I went, and wasn't really disappointed as I had no idea what it would be like and I didn't have any intention of buying anything.
That said I guess for the experienced people I'd agree with you because it seemed like everyone was selling similar things. I would've got some marbled gecko's had I had more money but all in all I'd say it was good.


----------



## stimigex (Feb 17, 2013)

Bring on the photo's, There were a lot of camera's going off during the day so there
should be some great pics hiding out there


----------



## DanLM (Feb 17, 2013)

I picked up 3 baby EWD's and a Kimberley bluey, possible female.
Unfortunately one of the baby EWD's died overnight, so will contact the breeder today and see if I can grab another for cheaper.
Did quite enjoy the expo this year, much more so than last year, which was all snakes (and I'm a lizard man haha).
I'm embarrassed to say I didn't see the Moloch, didn't even know it was there =/


----------



## Hoplophile (Feb 17, 2013)

It was a great Expo with plenty on offer. If you were looking for a scaleless, albino parthenogenic carpondro - tough. Anyone who came away disappointed was hard to please in my view.


----------



## Pauls_Pythons (Feb 17, 2013)

ozimid said:


> In the Uk u spend an Hr just looking at about 100 different corns and milks in amazement...then u move on to stand 2 lol



Need to put things in perspective here.
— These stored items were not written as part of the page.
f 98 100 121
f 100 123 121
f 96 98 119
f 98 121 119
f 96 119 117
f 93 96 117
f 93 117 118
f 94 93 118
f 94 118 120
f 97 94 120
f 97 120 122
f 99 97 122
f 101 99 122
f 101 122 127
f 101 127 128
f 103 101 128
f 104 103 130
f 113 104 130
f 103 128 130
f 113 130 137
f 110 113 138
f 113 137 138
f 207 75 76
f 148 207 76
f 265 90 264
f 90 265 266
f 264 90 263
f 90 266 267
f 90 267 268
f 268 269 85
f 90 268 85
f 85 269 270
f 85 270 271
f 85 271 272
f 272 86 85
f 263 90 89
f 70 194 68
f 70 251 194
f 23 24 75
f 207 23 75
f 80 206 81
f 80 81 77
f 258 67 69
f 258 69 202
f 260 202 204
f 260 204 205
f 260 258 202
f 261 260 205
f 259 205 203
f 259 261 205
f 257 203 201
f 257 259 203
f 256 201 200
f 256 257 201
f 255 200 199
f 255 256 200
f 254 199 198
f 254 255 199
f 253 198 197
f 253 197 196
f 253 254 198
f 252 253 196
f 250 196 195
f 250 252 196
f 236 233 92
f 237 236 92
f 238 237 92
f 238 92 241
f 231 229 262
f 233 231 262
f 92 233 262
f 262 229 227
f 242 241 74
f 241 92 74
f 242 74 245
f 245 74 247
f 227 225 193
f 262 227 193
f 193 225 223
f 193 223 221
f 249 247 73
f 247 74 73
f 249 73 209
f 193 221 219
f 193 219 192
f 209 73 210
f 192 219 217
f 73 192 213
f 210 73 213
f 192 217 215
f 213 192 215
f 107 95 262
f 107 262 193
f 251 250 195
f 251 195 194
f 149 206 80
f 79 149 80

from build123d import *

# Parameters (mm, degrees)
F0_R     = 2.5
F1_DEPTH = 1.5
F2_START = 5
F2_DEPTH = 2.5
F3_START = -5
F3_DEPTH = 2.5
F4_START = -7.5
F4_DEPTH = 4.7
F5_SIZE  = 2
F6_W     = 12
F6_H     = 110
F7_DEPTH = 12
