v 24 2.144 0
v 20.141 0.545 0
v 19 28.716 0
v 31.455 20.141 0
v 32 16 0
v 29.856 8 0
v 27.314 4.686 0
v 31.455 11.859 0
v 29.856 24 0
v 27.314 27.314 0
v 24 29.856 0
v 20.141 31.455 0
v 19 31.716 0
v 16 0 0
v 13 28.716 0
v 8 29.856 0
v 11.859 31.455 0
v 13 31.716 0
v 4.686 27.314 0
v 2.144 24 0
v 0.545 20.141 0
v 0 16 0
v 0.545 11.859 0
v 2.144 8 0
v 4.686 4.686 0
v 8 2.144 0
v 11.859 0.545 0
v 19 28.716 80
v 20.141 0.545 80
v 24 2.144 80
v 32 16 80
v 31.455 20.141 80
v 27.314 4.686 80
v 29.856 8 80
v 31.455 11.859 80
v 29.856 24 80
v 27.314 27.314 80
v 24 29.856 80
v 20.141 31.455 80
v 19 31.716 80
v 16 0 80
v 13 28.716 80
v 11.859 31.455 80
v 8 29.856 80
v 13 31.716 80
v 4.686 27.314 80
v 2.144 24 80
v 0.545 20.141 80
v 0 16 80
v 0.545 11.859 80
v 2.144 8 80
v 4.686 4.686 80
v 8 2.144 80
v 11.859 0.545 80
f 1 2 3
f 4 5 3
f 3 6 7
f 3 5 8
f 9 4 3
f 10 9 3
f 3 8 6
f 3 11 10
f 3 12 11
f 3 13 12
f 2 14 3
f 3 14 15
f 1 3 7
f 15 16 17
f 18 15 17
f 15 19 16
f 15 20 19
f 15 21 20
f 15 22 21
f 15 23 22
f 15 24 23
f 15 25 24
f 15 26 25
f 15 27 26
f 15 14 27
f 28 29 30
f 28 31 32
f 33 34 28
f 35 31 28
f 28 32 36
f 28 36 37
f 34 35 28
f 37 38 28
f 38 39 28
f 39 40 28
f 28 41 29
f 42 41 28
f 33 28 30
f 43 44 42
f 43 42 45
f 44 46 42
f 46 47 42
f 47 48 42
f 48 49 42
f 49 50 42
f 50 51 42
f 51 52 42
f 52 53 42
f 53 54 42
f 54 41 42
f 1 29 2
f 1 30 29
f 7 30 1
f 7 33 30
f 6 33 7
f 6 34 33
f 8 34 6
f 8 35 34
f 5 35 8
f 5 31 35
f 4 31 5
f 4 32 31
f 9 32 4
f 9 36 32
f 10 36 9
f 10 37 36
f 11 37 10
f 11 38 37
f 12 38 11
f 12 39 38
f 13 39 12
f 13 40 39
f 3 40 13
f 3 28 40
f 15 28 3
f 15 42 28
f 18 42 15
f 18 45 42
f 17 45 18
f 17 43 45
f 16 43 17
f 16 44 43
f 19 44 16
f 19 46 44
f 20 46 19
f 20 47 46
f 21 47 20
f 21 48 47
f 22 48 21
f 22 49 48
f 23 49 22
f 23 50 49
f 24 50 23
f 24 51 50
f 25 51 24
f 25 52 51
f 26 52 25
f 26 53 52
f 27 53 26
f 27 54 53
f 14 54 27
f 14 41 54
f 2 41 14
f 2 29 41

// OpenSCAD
$fn = 32;

// ----------------------------------------------------------------------
// Keyway shaft: d32 shaft, key 6 x 3 mm
// ----------------------------------------------------------------------

// --- parameters (mm) ---
shaft_r = 16;             // shaft radius
key_w = 6;                // keyway width
key_d = 3;                // keyway depth below the surface line
plate_t = 80;             // shaft length, Z (extrusion height)

shaft_d = 2 * shaft_r;  // shaft diameter
circle_step = 15;  // polygon sampling step, degrees

profile = [[11.859, 31.455], [8, 29.856], [4.686, 27.314], [2.144, 24], [0.545, 20.141], [0, 16], [0.545, 11.859], [2.144, 8], [4.686, 4.686], [8, 2.144], [11.859, 0.545], [16, 0], [20.141, 0.545], [24, 2.144], [27.314, 4.686], [29.856, 8], [31.455, 11.859], [32, 16], [31.455, 20.141], [29.856, 24], [27.314, 27.314], [24, 29.856], [20.141, 31.455], [19, 31.716], [19, 28.716], [13, 28.716], [13, 31.716]];  // primary outline, 27 points, counter clockwise

// --- the one profile operation ---
linear_extrude(height = plate_t) polygon(points = profile);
Uk 66m people. Aus 22m. UK you can be anywhere within a few hours on the road. Aus need to fly or take a week off from some places. UK no licensing regulations on non vens. Aus, strict interstate control. 

The last uk show I went too was in Birmingham. Had a great day but in my opinion it was just too big. If we dont support shows like this one here in Aus they will die out instead of growing with the hobby. The more people that get into reptiles here in Aus the shows will become bigger. In the uk they are likely to go the other way. As licensing and import/export laws in the USA change then they will likely change in the UK leaving a shrinking supply of reptiles to feed a hobby that becomes more and more controlled. (Brits dont like govt controls)


----------



## MonitorMayhem (Feb 17, 2013)

i would go but being in sa i cant buy anything anyway would need stupid import/export permit if they had something in place on the day to fill out so you could buy from interstate and take with you i would be there with bells on


----------



## leeroy1983 (Feb 17, 2013)

Was in by 9:30 and out by 11 list of nice womas there I would love to of brought home but I'm happy with the fat tailed dunnart i got


----------



## BIGBANG (Feb 17, 2013)

leeroy1983 said:


> Was in by 9:30 and out by 11 list of nice womas there I would love to of brought home but I'm happy with the fat tailed dunnart i got


where were they? someone said they got a hopping mouse aswell i missed them, also was that massive scrubbie for sale or just show? how much was he?


----------



## leeroy1983 (Feb 17, 2013)

There was a guy near the toilet, he had hopping mice and dunnarts, he had 3 dunnarts, I would of grabbed them all but there was only one left when I saw it


----------



## The_Geeza (Feb 17, 2013)

Pauls_Pythons said:


> Need to put things in perspective here. Uk 66m people. Aus 22m. UK you can be anywhere within a few hours on the road. Aus need to fly or take a week off from some places. UK no licensing regulations on non vens. Aus, strict interstate control.
> 
> The last uk show I went too was in Birmingham. Had a great day but in my opinion it was just too big. If we dont support shows like this one here in Aus they will die out instead of growing with the hobby. The more people that get into reptiles here in Aus the shows will become bigger. In the uk they are likely to go the other way. As licensing and import/export laws in the USA change then they will likely change in the UK leaving a shrinking supply of reptiles to feed a hobby that becomes more and more controlled. (Brits dont like govt controls)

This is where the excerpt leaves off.